Overlapping realities

European Starlings weave their surroundings into the songs they sing. In urban areas, the birds can often be heard mimicking sirens, car alarms or the loud report of a jackhammer.

European Starlings weave their surroundings into the songs they sing. In urban areas, the birds can often be heard mimicking sirens, car alarms or the loud report of a jackhammer.

They gather snippets of their environment and rearrange those pieces to create something entirely new.

Collage artists take a similar approach to their craft. Artifacts of everyday life, such as photographs or business cards, can be arranged and incorporated into new, often surprising works of art. This is the favored technique of local artist Liz Cohn, whose work is now on display at the 12×16 Gallery.

Cohn, who has been making art for 25 years, is very enthusiastic about her latest creations. Entitled Five, the exhibit consists of mixed-media collage. The pieces feature stenciled paint as well as three-dimensional elements, including a cast of the artist’s teeth. 

“This current body of work is like overlapping realities: the high Renaissance meets Wild Kingdom,” said Cohn. “Dark, old classic works with birds and mountains and goats overlaying the scene.”

The juxtaposition of wildlife imagery with the formalism of Renaissance painting creates interesting, and sometimes amusing, dichotomies.
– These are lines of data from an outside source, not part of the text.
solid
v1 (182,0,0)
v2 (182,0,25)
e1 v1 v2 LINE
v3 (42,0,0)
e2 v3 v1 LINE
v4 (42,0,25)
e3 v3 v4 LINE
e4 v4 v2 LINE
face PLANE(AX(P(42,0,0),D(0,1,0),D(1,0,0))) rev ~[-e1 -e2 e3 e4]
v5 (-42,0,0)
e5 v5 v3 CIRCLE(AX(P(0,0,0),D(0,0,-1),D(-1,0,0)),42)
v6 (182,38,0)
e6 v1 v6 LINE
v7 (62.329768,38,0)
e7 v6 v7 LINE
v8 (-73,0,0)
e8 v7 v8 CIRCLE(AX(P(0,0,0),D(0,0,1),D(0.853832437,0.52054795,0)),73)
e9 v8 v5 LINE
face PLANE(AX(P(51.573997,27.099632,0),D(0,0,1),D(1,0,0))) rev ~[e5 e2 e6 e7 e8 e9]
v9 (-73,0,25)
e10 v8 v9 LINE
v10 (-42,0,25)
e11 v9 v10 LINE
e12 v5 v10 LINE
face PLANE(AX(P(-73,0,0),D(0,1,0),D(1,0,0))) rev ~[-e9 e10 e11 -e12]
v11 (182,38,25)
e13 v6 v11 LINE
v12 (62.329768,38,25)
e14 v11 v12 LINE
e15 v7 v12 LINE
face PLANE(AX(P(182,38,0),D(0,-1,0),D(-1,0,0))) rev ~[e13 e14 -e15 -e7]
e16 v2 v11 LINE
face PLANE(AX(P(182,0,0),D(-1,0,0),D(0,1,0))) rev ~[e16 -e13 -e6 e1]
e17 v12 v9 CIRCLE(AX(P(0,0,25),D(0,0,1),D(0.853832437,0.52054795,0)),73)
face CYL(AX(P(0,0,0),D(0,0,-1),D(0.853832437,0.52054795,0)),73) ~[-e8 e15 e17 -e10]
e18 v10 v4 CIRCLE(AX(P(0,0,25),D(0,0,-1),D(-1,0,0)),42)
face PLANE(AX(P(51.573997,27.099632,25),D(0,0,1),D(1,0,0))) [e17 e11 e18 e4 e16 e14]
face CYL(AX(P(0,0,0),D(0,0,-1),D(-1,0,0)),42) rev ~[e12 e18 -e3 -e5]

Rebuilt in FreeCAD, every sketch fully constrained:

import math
import FreeCAD as App
import Part
import Sketcher
from FreeCAD import Vector

doc = App.newDocument("Part")
params = doc.addObject("Spreadsheet::Sheet", "Params")
for row, (alias, value) in enumerate([
    ("sketch1_radius", "42 mm"),
    ("sketch1_radius2", "73 mm"),
    ("sketch1_width", "140 mm"),
    ("sketch1_height", "38 mm"),
    ("pad1_length", "25 mm"),
], start=1):
    params.set(f"A{row}", alias)
    params.set(f"B{row}", "=" + value)
    params.setAlias(f"B{row}", alias)

body = doc.addObject("PartDesign::Body", "Body")

# Sketch on XY plane
sketch1 = body.newObject("Sketcher::SketchObject", "Sketch")
sketch1.AttachmentSupport = (doc.getObject("XY_Plane"), [""])
sketch1.MapMode = "FlatFace"
sketch1.addGeometry(Part.ArcOfCircle(Part.Circle(Vector(0, 0, 0), Vector(0, 0, 1), 42), math.radians(0), math.radians(180)), False)
sketch1.addGeometry(Part.LineSegment(Vector(42, 0, 0), Vector(182, 0, 0)), False)
sketch1.addGeometry(Part.LineSegment(Vector(182, 0, 0), Vector(182, 38, 0)), False)
sketch1.addGeometry(Part.LineSegment(Vector(182, 38, 0), Vector(62, 38, 0)), False)
sketch1.addGeometry(Part.ArcOfCircle(Part.Circle(Vector(0, 0, 0), Vector(0, 0, 1), 73), math.radians(31), math.radians(180)), False)
sketch1.addGeometry(Part.LineSegment(Vector(-73, 0, 0), Vector(-42, 0, 0)), False)
sketch1.addConstraint(Sketcher.Constraint("Coincident", 0, 1, 1, 1))
sketch1.addConstraint(Sketcher.Constraint("Coincident", 1, 2, 2, 1))
sketch1.addConstraint(Sketcher.Constraint("Coincident", 2, 2, 3, 1))
sketch1.addConstraint(Sketcher.Constraint("Coincident", 3, 2, 4, 1))
sketch1.addConstraint(Sketcher.Constraint("Coincident", 4, 2, 5, 1))
sketch1.addConstraint(Sketcher.Constraint("Coincident", 5, 2, 0, 2))
sketch1.addConstraint(Sketcher.Constraint("Horizontal", 1))
sketch1.addConstraint(Sketcher.Constraint("Vertical", 2))
sketch1.addConstraint(Sketcher.Constraint("Horizontal", 3))
sketch1.addConstraint(Sketcher.Constraint("Horizontal", 5))
sketch1.addConstraint(Sketcher.Constraint("Coincident", 0, 3, -1, 1))
sketch1.addConstraint(Sketcher.Constraint("Coincident", 4, 3, -1, 1))
sketch1.addConstraint(Sketcher.Constraint("PointOnObject", 0, 1, -1))
sketch1.addConstraint(Sketcher.Constraint("PointOnObject", 4, 2, -1))
sketch1.addConstraint(Sketcher.Constraint("Radius", 0, 42.0))
sketch1.addConstraint(Sketcher.Constraint("Radius", 4, 73.0))
sketch1.addConstraint(Sketcher.Constraint("DistanceX", 1, 1, 1, 2, 140.0))
sketch1.addConstraint(Sketcher.Constraint("DistanceY", 2, 1, 2, 2, 38.0))
sketch1.setExpression("Constraints[14]", "Params.sketch1_radius")
sketch1.setExpression("Constraints[15]", "Params.sketch1_radius2")
sketch1.setExpression("Constraints[16]", "Params.sketch1_width")
sketch1.setExpression("Constraints[17]", "Params.sketch1_height")
pad1 = body.newObject("PartDesign::Pad", "Pad")
pad1.Profile = sketch1
pad1.setExpression("Length", "Params.pad1_length")

doc.recompute()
In one piece, we see a starling overlapping a classical depiction of Madonna and child. 

Another repeated motif in Five is dots, which Cohn claims serves a special purpose in her work.
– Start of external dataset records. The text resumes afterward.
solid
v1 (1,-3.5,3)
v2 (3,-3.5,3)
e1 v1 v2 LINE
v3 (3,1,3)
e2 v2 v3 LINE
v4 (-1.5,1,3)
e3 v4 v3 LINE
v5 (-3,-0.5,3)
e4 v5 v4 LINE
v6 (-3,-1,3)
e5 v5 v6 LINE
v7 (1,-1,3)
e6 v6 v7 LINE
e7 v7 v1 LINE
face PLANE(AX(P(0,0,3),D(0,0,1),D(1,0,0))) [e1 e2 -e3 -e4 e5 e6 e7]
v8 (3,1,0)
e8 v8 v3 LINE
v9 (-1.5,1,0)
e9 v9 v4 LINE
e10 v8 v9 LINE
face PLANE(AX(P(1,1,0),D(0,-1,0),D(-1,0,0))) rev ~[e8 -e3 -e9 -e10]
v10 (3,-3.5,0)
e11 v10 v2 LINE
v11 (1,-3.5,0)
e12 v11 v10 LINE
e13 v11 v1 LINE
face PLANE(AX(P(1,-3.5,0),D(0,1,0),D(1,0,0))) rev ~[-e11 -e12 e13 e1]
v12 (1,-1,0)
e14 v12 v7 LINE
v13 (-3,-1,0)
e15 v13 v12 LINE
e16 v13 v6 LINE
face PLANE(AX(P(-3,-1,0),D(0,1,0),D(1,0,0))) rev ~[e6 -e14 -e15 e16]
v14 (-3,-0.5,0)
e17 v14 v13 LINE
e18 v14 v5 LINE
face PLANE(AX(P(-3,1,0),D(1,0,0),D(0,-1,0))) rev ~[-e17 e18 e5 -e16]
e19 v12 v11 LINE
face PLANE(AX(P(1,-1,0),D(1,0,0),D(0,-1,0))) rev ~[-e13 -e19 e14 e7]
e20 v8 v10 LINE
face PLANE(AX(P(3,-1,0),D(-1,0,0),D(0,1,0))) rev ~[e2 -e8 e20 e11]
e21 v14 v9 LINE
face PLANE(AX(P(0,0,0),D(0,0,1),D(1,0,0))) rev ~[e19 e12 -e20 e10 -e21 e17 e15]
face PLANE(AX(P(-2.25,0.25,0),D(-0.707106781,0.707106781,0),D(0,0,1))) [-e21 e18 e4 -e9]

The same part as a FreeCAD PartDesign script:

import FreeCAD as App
import Part
import Sketcher
Q = App.Units.Quantity


def edges_at(feature, points):
    """Names of the edges that pass closest to the given points."""
    edges = feature.Shape.Edges
    near = lambda p: min(range(len(edges)), key=lambda i: edges[i].distToShape(Part.Vertex(*p))[0])
    return sorted({f"Edge{near(p) + 1}" for p in points})

doc = App.newDocument("Part")
body = doc.addObject("PartDesign::Body", "Body")

# Sketch on XY plane
sketch1 = body.newObject("Sketcher::SketchObject", "Sketch")
sketch1.AttachmentSupport = (doc.getObject("XY_Plane"), [""])
sketch1.MapMode = "FlatFace"
sketch1.addGeometry([
    Part.LineSegment(App.Vector(-3, 1, 0), App.Vector(-3, -1, 0)),  # 0
    Part.LineSegment(App.Vector(-3, -1, 0), App.Vector(1, -1, 0)),  # 1
    Part.LineSegment(App.Vector(1, -1, 0), App.Vector(1, -3.5, 0)),  # 2
    Part.LineSegment(App.Vector(1, -3.5, 0), App.Vector(3, -3.5, 0)),  # 3
    Part.LineSegment(App.Vector(3, -3.5, 0), App.Vector(3, 1, 0)),  # 4
    Part.LineSegment(App.Vector(3, 1, 0), App.Vector(-3, 1, 0)),  # 5
], False)
sketch1.addConstraint([
    Sketcher.Constraint("Coincident", 0, 2, 1, 1),
    Sketcher.Constraint("Coincident", 1, 2, 2, 1),
    Sketcher.Constraint("Coincident", 2, 2, 3, 1),
    Sketcher.Constraint("Coincident", 3, 2, 4, 1),
    Sketcher.Constraint("Coincident", 4, 2, 5, 1),
    Sketcher.Constraint("Coincident", 5, 2, 0, 1),
    Sketcher.Constraint("Vertical", 0),
    Sketcher.Constraint("Horizontal", 1),
    Sketcher.Constraint("Vertical", 2),
    Sketcher.Constraint("Horizontal", 3),
    Sketcher.Constraint("Vertical", 4),
    Sketcher.Constraint("Horizontal", 5),
    Sketcher.Constraint("Symmetric", 0, 2, 4, 2, -1, 1),
    Sketcher.Constraint("Equal", 3, 0),
    Sketcher.Constraint("DistanceX", 3, 1, 3, 2, Q("2 mm")),
    Sketcher.Constraint("DistanceX", 5, 2, 5, 1, Q("6 mm")),
    Sketcher.Constraint("DistanceY", 4, 1, 4, 2, Q("4.5 mm")),
])
pad1 = body.newObject("PartDesign::Pad", "Pad")
pad1.Profile = sketch1
pad1.Length = 3
doc.recompute()

chamfer = body.newObject("PartDesign::Chamfer", "Chamfer")
chamfer.Base = (pad1, edges_at(pad1, [(-3, 1, 1.5)]))
chamfer.Size = 1.5

doc.recompute()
“The dots create a partial veil that obscure parts of the image and that makes you want to see what is hidden all the more,” Cohn said. “It allows me to redirect your attention and focus. Or, as Aimee Mann put it in one of her songs, ‘creating want by holding back’.”
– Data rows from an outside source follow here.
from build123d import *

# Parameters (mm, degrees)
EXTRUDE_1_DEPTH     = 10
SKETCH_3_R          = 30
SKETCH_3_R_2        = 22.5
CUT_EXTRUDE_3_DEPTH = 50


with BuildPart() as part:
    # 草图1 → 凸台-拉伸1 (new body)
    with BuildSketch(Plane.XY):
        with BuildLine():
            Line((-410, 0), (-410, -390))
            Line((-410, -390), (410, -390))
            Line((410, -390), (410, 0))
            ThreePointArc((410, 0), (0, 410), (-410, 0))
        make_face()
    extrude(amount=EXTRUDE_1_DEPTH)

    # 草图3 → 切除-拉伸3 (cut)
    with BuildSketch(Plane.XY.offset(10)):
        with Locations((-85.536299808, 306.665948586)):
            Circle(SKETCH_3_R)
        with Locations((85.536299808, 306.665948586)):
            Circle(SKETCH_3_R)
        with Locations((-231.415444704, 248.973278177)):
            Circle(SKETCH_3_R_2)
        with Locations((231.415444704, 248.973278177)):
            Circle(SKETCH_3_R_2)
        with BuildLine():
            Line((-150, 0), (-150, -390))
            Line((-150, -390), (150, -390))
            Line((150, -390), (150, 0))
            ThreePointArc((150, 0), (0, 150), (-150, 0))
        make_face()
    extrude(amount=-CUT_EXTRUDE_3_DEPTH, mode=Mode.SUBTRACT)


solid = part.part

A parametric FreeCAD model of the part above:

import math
import FreeCAD as App
import Part
import Sketcher
from FreeCAD import Vector
Q = App.Units.Quantity

doc = App.newDocument("Part")
params = doc.addObject("Spreadsheet::Sheet", "Params")
for row, (alias, value) in enumerate([
    ("sketch1_radius", "410 mm"),
    ("sketch1_height", "390 mm"),
    ("pad1_length", "10 mm"),
    ("sketch2_diameter", "60 mm"),
    ("sketch2_diameter2", "45 mm"),
    ("sketch2_radius", "150 mm"),
    ("sketch2_height", "390 mm"),
    ("pocket1_length", "50 mm"),
], start=1):
    params.set(f"A{row}", alias)
    params.set(f"B{row}", "=" + value)
    params.setAlias(f"B{row}", alias)

body = doc.addObject("PartDesign::Body", "Body")

# Sketch on XY plane
sketch1 = doc.addObject("Sketcher::SketchObject", "Sketch")
body.addObject(sketch1)
sketch1.AttachmentSupport = (doc.XY_Plane, [""])
sketch1.MapMode = "FlatFace"
sketch1.addGeometry([
    Part.LineSegment(Vector(-410, 0, 0), Vector(-410, -390, 0)),
    Part.LineSegment(Vector(-410, -390, 0), Vector(410, -390, 0)),
    Part.LineSegment(Vector(410, -390, 0), Vector(410, 0, 0)),
    Part.ArcOfCircle(Part.Circle(Vector(0, 0, 0), Vector(0, 0, 1), 410), math.radians(0), math.radians(180)),
], False)
sketch1.addConstraint([
    Sketcher.Constraint("Coincident", 0, 2, 1, 1),
    Sketcher.Constraint("Coincident", 1, 2, 2, 1),
    Sketcher.Constraint("Tangent", 2, 2, 3, 1),
    Sketcher.Constraint("Tangent", 3, 2, 0, 1),
    Sketcher.Constraint("Vertical", 0),
    Sketcher.Constraint("Horizontal", 1),
    Sketcher.Constraint("Vertical", 2),
    Sketcher.Constraint("Coincident", 3, 3, -1, 1),
    Sketcher.Constraint("Radius", 3, Q("410 mm")),
    Sketcher.Constraint("DistanceY", 0, 2, 0, 1, Q("390 mm")),
])
sketch1.setExpression("Constraints[8]", "Params.sketch1_radius")
sketch1.setExpression("Constraints[9]", "Params.sketch1_height")
pad1 = doc.addObject("PartDesign::Pad", "Pad")
body.addObject(pad1)
pad1.Profile = sketch1
pad1.setExpression("Length", "Params.pad1_length")

# Sketch on XY plane
sketch2 = doc.addObject("Sketcher::SketchObject", "Sketch001")
body.addObject(sketch2)
sketch2.AttachmentSupport = (doc.XY_Plane, [""])
sketch2.MapMode = "FlatFace"
sketch2.AttachmentOffset = App.Placement(Vector(0, 0, 10), App.Rotation())
sketch2.addGeometry([
    Part.Circle(Vector(-86, 307, 0), Vector(0, 0, 1), 30),  # 0
    Part.Circle(Vector(86, 307, 0), Vector(0, 0, 1), 30),  # 1
    Part.Circle(Vector(-231, 249, 0), Vector(0, 0, 1), 22),  # 2
    Part.Circle(Vector(231, 249, 0), Vector(0, 0, 1), 22),  # 3
    Part.LineSegment(Vector(-150, 0, 0), Vector(-150, -390, 0)),  # 4
    Part.LineSegment(Vector(-150, -390, 0), Vector(150, -390, 0)),  # 5
    Part.LineSegment(Vector(150, -390, 0), Vector(150, 0, 0)),  # 6
    Part.ArcOfCircle(Part.Circle(Vector(0, 0, 0), Vector(0, 0, 1), 150), math.radians(0), math.radians(180)),  # 7
], False)
sketch2.addConstraint([
    Sketcher.Constraint("Coincident", 4, 2, 5, 1),
    Sketcher.Constraint("Coincident", 5, 2, 6, 1),
    Sketcher.Constraint("Tangent", 6, 2, 7, 1),
    Sketcher.Constraint("Tangent", 7, 2, 4, 1),
    Sketcher.Constraint("Vertical", 4),
    Sketcher.Constraint("Horizontal", 5),
    Sketcher.Constraint("Vertical", 6),
    Sketcher.Constraint("Coincident", 7, 3, -1, 1),
    Sketcher.Constraint("Equal", 0, 1),
    Sketcher.Constraint("Equal", 2, 3),
    Sketcher.Constraint("Symmetric", 0, 3, 1, 3, -2),
    Sketcher.Constraint("Symmetric", 2, 3, 3, 3, -2),
    Sketcher.Constraint("Diameter", 0, Q("60 mm")),
    Sketcher.Constraint("Diameter", 2, Q("45 mm")),
    Sketcher.Constraint("Radius", 7, Q("150 mm")),
    Sketcher.Constraint("DistanceY", 4, 2, 4, 1, Q("390 mm")),
    Sketcher.Constraint("DistanceX", 0, 3, -1, 1, Q("85.5363 mm")),
    Sketcher.Constraint("DistanceY", -1, 1, 0, 3, Q("306.665949 mm")),
    Sketcher.Constraint("DistanceY", -1, 1, 2, 3, Q("248.973278 mm")),
    Sketcher.Constraint("DistanceX", 2, 3, 3, 3, Q("462.830889 mm")),
])
sketch2.setExpression("Constraints[12]", "Params.sketch2_diameter")
sketch2.setExpression("Constraints[13]", "Params.sketch2_diameter2")
sketch2.setExpression("Constraints[14]", "Params.sketch2_radius")
sketch2.setExpression("Constraints[15]", "Params.sketch2_height")
pocket1 = doc.addObject("PartDesign::Pocket", "Pocket")
body.addObject(pocket1)
pocket1.Profile = sketch2
pocket1.setExpression("Length", "Params.pocket1_length")

doc.recompute()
Cohn’s method for creating art involves meditation and a quieting of her inner critic—keeping an open, non-judgmental state of mind. There is also a good deal of reshuffling, rearranging and reevaluating that occurs throughout the process which, Cohn says, can last several days or weeks. When the finished product is finally on display, viewers sometimes have interpretations of the work that are revealing even to the artist.

“People point out to me their perceptions of what they think I am saying, and my unconscious motivations are freshly revealed to me,” Cohn said. “Often the viewer is only bringing their own baggage and experiences to my works, but sometimes they help me to see the workings of my own mind. I can then see patterns and themes that were there all along, but were too close to see as I was creating the work. That is one of the things that is still so interesting about creating art for me.”

Collage seems to encourage this sort of psychic conversation between artist, viewer and environment. Providing a new context can open up previously hidden layers of meaning. Just like the starlings, we are capable of recreating our landscapes.